DATA IN THIS EXERCISE:
☆ ☆ ☆ ☆

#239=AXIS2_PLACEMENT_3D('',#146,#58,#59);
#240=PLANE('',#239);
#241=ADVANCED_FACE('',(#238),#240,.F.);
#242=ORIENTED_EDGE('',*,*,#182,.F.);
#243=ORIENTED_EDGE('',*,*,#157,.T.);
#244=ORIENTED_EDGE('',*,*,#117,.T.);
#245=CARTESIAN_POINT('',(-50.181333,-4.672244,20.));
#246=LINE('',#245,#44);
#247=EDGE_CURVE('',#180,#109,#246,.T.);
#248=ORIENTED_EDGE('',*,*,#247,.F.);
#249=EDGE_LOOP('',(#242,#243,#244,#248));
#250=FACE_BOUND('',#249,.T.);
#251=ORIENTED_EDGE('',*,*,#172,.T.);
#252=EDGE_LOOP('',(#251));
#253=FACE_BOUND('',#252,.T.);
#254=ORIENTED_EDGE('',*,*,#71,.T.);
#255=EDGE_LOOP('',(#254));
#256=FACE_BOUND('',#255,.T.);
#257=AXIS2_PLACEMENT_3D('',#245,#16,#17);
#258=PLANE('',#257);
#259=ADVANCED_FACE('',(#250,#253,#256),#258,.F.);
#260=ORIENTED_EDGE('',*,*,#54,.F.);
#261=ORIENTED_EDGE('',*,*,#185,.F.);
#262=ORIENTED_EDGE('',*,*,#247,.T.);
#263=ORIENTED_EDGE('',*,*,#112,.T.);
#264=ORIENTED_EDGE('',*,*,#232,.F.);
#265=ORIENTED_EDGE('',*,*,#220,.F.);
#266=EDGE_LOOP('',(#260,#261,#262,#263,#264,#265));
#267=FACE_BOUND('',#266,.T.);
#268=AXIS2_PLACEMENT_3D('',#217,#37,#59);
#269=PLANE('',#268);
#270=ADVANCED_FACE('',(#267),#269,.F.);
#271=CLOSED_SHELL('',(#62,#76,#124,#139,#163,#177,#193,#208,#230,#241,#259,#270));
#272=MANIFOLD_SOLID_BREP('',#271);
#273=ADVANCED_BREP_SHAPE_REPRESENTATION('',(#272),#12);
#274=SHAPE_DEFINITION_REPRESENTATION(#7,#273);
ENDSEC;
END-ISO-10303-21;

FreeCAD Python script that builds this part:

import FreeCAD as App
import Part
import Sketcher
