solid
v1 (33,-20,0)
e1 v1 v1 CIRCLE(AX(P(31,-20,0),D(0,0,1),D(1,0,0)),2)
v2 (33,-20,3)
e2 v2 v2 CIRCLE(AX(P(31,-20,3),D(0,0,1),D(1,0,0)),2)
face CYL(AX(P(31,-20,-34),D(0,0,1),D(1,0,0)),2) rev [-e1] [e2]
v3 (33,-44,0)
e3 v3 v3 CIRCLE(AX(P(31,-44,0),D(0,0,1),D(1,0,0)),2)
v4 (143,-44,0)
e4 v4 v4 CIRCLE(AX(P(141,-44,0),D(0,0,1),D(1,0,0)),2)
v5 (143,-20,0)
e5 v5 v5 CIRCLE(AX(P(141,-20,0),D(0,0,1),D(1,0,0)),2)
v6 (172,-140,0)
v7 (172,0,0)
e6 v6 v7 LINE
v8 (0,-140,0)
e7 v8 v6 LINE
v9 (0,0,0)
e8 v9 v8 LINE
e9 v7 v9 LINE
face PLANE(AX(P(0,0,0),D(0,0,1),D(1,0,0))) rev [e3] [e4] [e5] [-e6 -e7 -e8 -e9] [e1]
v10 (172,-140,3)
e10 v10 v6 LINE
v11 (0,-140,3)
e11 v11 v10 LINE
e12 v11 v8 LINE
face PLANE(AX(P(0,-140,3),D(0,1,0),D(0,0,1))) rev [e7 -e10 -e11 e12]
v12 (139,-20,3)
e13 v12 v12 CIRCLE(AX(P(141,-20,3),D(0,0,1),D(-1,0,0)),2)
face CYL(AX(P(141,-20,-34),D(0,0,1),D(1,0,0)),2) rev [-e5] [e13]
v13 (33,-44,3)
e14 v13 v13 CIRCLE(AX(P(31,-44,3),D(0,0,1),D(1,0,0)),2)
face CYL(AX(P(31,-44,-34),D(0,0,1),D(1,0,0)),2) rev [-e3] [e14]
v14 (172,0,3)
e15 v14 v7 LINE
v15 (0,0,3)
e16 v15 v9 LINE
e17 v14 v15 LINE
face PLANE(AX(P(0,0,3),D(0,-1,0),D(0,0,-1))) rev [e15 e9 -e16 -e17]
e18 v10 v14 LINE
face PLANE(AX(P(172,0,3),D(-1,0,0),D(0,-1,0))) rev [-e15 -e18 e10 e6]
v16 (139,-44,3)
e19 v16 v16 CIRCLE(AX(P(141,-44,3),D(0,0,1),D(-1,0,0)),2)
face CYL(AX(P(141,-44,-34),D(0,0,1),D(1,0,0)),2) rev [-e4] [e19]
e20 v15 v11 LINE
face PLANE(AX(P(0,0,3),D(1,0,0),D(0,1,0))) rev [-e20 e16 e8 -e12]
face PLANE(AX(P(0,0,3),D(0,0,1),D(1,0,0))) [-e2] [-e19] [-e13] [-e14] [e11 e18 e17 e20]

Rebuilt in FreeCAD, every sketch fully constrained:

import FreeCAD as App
import Part
import Sketcher
Q = App.Units.Quantity


def add_polygon(sketch, points):
    """Adds a closed chain of lines whose ends are joined by coincident constraints."""
    first, n = sketch.GeometryCount, len(points)
    for a, b in zip(points, points[1:] + points[:1]):
        sketch.addGeometry(Part.LineSegment(App.Vector(*a, 0), App.Vector(*b, 0)), False)
    for i in range(n):
        sketch.addConstraint(Sketcher.Constraint("Coincident", first + i, 2, first + (i + 1) % n, 1))

doc = App.newDocument("Part")
body = doc.addObject("PartDesign::Body", "Body")

# Sketch on XY plane
sketch1 = doc.addObject("Sketcher::SketchObject", "Sketch")
body.addObject(sketch1)
sketch1.AttachmentSupport = (doc.XY_Plane, [""])
sketch1.MapMode = "FlatFace"
add_polygon(sketch1, [(0, 0), (0, -140), (172, -140), (172, 0)])  # lines 0-3
sketch1.addConstraint([
    Sketcher.Constraint("Vertical", 0),
    Sketcher.Constraint("Horizontal", 1),
    Sketcher.Constraint("Vertical", 2),
    Sketcher.Constraint("Horizontal", 3),
    Sketcher.Constraint("Coincident", 3, 2, -1, 1),
    Sketcher.Constraint("DistanceX", 1, 1, 1, 2, Q("172 mm")),
    Sketcher.Constraint("DistanceY", 0, 2, 0, 1, Q("140 mm")),
])
pad1 = doc.addObject("PartDesign::Pad", "Pad")
body.addObject(pad1)
pad1.Profile = sketch1
pad1.Length = 3

# Sketch on XY plane
sketch2 = doc.addObject("Sketcher::SketchObject", "Sketch001")
body.addObject(sketch2)
sketch2.AttachmentSupport = (doc.XY_Plane, [""])
sketch2.MapMode = "FlatFace"
sketch2.AttachmentOffset = App.Placement(App.Vector(0, 0, 3), App.Rotation())
sketch2.addGeometry([
    Part.Circle(App.Vector(31, -20, 0), App.Vector(0, 0, 1), 2),
    Part.Circle(App.Vector(31, -44, 0), App.Vector(0, 0, 1), 2),
    Part.Circle(App.Vector(141, -44, 0), App.Vector(0, 0, 1), 2),
    Part.Circle(App.Vector(141, -20, 0), App.Vector(0, 0, 1), 2),
], False)
sketch2.addConstraint([
    Sketcher.Constraint("Equal", 0, 1),
    Sketcher.Constraint("Equal", 1, 2),
    Sketcher.Constraint("Equal", 2, 3),
    Sketcher.Constraint("Horizontal", 1, 3, 2, 3),
    Sketcher.Constraint("Horizontal", 0, 3, 3, 3),
    Sketcher.Constraint("Vertical", 0, 3, 1, 3),
    Sketcher.Constraint("Vertical", 2, 3, 3, 3),
    Sketcher.Constraint("Diameter", 0, Q("4 mm")),
    Sketcher.Constraint("DistanceX", -1, 1, 0, 3, Q("31 mm")),
    Sketcher.Constraint("DistanceY", 0, 3, -1, 1, Q("20 mm")),
    Sketcher.Constraint("DistanceY", 1, 3, -1, 1, Q("44 mm")),
    Sketcher.Constraint("DistanceX", -1, 1, 2, 3, Q("141 mm")),
])
pocket1 = doc.addObject("PartDesign::Pocket", "Pocket")
body.addObject(pocket1)
pocket1.Profile = sketch2
pocket1.Length = 37

doc.recompute()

☆ ☆ ☆ ☆

Begin at the first line of the records above and restate each line word for word, stopping after the line with "#251=ORIENTED_EDGE('',*,*,#172,.T.);".

EXERCISE RESPONSE:
#239=AXIS2_PLACEMENT_3D('',#146,#58,#59);
#240=PLANE('',#239);
#241=ADVANCED_FACE('',(#238),#240,.F.);
#242=ORIENTED_EDGE('',*,*,#182,.F.);
#243=ORIENTED_EDGE('',*,*,#157,.T.);
#244=ORIENTED_EDGE('',*,*,#117,.T.);
#245=CARTESIAN_POINT('',(-50.181333,-4.672244,20.));
#246=LINE('',#245,#44);
#247=EDGE_CURVE('',#180,#109,#246,.T.);
#248=ORIENTED_EDGE('',*,*,#247,.F.);
#249=EDGE_LOOP('',(#242,#243,#244,#248));
#250=FACE_BOUND('',#249,.T.);
#251=ORIENTED_EDGE('',*,*,#172,.T.);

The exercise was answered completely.